● What you should do:
Check every line in the records below for the word "with" and report how many have it, nothing more.

● Materials provided:
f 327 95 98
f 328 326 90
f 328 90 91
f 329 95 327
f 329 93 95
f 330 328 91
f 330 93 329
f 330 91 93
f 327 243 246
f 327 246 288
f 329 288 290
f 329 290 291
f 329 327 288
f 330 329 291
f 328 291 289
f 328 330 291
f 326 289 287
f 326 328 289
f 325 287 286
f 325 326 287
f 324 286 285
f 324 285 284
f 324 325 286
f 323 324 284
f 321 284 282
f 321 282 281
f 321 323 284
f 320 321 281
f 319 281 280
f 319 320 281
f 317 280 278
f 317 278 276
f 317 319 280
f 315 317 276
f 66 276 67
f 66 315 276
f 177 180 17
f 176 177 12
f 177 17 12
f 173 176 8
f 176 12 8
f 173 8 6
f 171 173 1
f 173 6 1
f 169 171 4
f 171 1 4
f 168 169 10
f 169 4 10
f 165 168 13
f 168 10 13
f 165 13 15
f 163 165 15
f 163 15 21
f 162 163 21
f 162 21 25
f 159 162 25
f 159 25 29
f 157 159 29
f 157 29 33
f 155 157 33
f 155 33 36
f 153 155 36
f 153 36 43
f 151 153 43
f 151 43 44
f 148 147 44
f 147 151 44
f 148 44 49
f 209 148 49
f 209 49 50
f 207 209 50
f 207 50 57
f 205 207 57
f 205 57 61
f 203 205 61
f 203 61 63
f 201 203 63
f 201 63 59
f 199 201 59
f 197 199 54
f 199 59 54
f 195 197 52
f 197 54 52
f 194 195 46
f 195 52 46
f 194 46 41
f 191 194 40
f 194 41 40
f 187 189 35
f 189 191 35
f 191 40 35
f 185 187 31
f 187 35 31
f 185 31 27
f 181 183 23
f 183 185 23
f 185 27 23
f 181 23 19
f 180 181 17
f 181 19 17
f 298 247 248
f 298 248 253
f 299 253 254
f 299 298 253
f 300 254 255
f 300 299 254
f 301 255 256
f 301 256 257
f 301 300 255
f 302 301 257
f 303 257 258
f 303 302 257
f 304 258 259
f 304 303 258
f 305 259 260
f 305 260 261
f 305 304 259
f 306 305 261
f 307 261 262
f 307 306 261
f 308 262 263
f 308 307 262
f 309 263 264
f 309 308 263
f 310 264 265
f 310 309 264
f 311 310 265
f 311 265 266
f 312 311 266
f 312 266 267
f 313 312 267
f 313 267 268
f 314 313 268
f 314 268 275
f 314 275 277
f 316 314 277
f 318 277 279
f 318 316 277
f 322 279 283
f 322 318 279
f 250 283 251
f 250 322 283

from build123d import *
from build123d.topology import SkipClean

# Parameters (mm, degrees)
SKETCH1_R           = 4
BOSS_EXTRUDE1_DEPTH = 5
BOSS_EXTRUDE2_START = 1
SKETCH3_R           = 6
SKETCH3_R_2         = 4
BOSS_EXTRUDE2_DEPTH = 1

...

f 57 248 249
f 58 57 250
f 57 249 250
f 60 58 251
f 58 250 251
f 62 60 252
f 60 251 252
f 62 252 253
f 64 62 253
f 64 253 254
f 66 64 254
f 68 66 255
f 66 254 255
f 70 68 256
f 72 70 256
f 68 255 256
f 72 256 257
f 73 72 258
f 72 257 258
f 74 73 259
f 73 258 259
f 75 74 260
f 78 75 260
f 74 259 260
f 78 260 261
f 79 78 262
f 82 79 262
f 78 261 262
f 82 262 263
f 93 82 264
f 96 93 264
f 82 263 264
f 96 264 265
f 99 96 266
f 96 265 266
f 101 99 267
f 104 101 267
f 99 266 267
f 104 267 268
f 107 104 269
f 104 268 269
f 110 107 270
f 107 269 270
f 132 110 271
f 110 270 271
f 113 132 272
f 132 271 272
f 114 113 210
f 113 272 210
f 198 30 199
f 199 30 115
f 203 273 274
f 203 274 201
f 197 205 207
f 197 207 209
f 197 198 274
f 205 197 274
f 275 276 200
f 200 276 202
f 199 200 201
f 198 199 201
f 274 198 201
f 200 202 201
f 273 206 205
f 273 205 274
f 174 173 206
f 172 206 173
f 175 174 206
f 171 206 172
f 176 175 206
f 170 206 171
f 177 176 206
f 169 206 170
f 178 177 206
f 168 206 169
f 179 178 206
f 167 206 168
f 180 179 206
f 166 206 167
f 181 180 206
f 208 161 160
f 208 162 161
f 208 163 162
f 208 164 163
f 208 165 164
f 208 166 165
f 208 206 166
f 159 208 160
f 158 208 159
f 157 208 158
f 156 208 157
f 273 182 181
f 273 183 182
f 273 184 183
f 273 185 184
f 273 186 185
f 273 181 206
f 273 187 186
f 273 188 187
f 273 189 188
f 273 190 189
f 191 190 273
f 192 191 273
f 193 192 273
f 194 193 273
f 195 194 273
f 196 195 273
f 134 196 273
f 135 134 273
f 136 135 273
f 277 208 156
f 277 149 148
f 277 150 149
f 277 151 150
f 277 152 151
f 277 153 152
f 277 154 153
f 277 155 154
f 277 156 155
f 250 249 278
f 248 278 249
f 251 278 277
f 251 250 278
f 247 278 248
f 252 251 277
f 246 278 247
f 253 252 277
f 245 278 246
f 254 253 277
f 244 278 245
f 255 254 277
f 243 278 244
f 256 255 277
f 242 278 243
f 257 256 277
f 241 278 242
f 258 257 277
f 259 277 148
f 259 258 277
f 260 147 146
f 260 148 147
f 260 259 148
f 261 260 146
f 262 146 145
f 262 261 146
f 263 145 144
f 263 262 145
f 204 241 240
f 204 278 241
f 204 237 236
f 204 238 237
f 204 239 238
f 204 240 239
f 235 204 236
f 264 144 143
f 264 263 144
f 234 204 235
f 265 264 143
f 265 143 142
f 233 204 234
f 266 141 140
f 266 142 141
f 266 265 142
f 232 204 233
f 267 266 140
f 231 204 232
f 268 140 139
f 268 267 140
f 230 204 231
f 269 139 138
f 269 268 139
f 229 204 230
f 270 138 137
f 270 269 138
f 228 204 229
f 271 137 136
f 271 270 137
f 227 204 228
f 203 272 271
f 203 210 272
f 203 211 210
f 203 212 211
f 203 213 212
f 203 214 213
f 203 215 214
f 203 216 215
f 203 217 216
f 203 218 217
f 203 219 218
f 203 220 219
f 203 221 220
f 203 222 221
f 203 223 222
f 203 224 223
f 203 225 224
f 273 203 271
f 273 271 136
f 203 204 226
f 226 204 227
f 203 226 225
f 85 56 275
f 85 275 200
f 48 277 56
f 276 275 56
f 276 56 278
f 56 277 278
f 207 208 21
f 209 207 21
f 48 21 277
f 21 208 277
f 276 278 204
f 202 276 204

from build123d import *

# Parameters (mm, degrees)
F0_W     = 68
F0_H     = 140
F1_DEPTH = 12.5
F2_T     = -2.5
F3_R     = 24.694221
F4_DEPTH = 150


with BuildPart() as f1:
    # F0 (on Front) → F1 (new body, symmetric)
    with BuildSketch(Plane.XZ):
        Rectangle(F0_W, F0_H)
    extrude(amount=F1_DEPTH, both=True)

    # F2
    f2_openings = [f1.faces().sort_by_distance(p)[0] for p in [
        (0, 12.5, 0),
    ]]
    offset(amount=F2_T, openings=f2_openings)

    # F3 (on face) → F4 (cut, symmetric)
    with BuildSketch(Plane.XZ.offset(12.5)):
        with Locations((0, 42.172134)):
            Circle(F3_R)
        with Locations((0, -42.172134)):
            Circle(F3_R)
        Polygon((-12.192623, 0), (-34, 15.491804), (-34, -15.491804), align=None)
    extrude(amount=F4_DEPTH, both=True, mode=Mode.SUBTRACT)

---

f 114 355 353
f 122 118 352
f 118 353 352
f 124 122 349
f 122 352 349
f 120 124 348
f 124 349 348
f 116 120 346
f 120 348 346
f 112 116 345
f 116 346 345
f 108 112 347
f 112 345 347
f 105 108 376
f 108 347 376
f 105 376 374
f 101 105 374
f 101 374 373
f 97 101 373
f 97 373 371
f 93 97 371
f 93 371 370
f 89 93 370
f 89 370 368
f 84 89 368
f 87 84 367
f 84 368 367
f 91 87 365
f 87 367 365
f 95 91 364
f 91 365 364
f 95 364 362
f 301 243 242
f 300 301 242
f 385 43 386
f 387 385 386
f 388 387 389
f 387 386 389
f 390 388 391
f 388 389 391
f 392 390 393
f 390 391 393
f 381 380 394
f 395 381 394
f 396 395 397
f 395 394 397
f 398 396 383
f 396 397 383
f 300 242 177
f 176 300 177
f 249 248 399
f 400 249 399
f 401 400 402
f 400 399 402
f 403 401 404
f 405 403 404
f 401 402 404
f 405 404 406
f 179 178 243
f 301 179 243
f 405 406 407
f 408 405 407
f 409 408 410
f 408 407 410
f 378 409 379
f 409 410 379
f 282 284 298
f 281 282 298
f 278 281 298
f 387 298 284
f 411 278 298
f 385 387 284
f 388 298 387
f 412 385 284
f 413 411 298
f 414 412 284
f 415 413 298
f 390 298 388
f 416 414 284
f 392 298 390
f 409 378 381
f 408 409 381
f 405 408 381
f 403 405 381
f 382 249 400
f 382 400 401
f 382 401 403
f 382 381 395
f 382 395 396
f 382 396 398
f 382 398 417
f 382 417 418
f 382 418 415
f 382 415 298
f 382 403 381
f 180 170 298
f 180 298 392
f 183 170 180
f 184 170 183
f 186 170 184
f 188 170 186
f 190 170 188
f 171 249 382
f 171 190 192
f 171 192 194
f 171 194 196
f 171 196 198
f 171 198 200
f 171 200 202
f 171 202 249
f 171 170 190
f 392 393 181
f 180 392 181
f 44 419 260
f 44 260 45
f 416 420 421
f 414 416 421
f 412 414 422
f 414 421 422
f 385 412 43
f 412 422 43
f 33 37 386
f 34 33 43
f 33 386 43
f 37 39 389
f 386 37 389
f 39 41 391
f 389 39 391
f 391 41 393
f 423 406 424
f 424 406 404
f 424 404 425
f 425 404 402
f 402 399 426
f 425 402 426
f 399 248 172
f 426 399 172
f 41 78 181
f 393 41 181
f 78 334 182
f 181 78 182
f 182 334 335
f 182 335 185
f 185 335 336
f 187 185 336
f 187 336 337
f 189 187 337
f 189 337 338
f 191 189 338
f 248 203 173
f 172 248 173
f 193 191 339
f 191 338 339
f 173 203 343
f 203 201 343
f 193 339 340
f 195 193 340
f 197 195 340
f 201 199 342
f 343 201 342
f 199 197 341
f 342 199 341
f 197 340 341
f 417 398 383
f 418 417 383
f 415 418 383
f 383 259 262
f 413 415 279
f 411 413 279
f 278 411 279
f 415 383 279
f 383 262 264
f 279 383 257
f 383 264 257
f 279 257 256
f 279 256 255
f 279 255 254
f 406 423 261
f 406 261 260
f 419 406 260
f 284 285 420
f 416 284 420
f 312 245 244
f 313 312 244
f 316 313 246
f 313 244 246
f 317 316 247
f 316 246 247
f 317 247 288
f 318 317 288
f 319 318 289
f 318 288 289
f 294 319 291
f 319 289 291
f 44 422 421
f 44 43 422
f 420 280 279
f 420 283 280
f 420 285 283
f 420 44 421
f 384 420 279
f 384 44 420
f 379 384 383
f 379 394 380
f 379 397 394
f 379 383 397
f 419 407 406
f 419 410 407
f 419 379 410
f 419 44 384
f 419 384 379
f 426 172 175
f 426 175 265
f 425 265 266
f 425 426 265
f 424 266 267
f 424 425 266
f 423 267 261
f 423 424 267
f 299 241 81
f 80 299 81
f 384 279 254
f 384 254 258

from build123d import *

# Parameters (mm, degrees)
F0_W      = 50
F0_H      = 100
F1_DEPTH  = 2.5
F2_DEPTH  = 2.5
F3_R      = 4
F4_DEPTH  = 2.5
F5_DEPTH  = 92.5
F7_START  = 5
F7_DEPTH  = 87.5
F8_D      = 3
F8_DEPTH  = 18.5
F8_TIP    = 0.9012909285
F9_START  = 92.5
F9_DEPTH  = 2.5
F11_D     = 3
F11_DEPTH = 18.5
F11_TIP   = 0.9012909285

● Result for this exercise:
5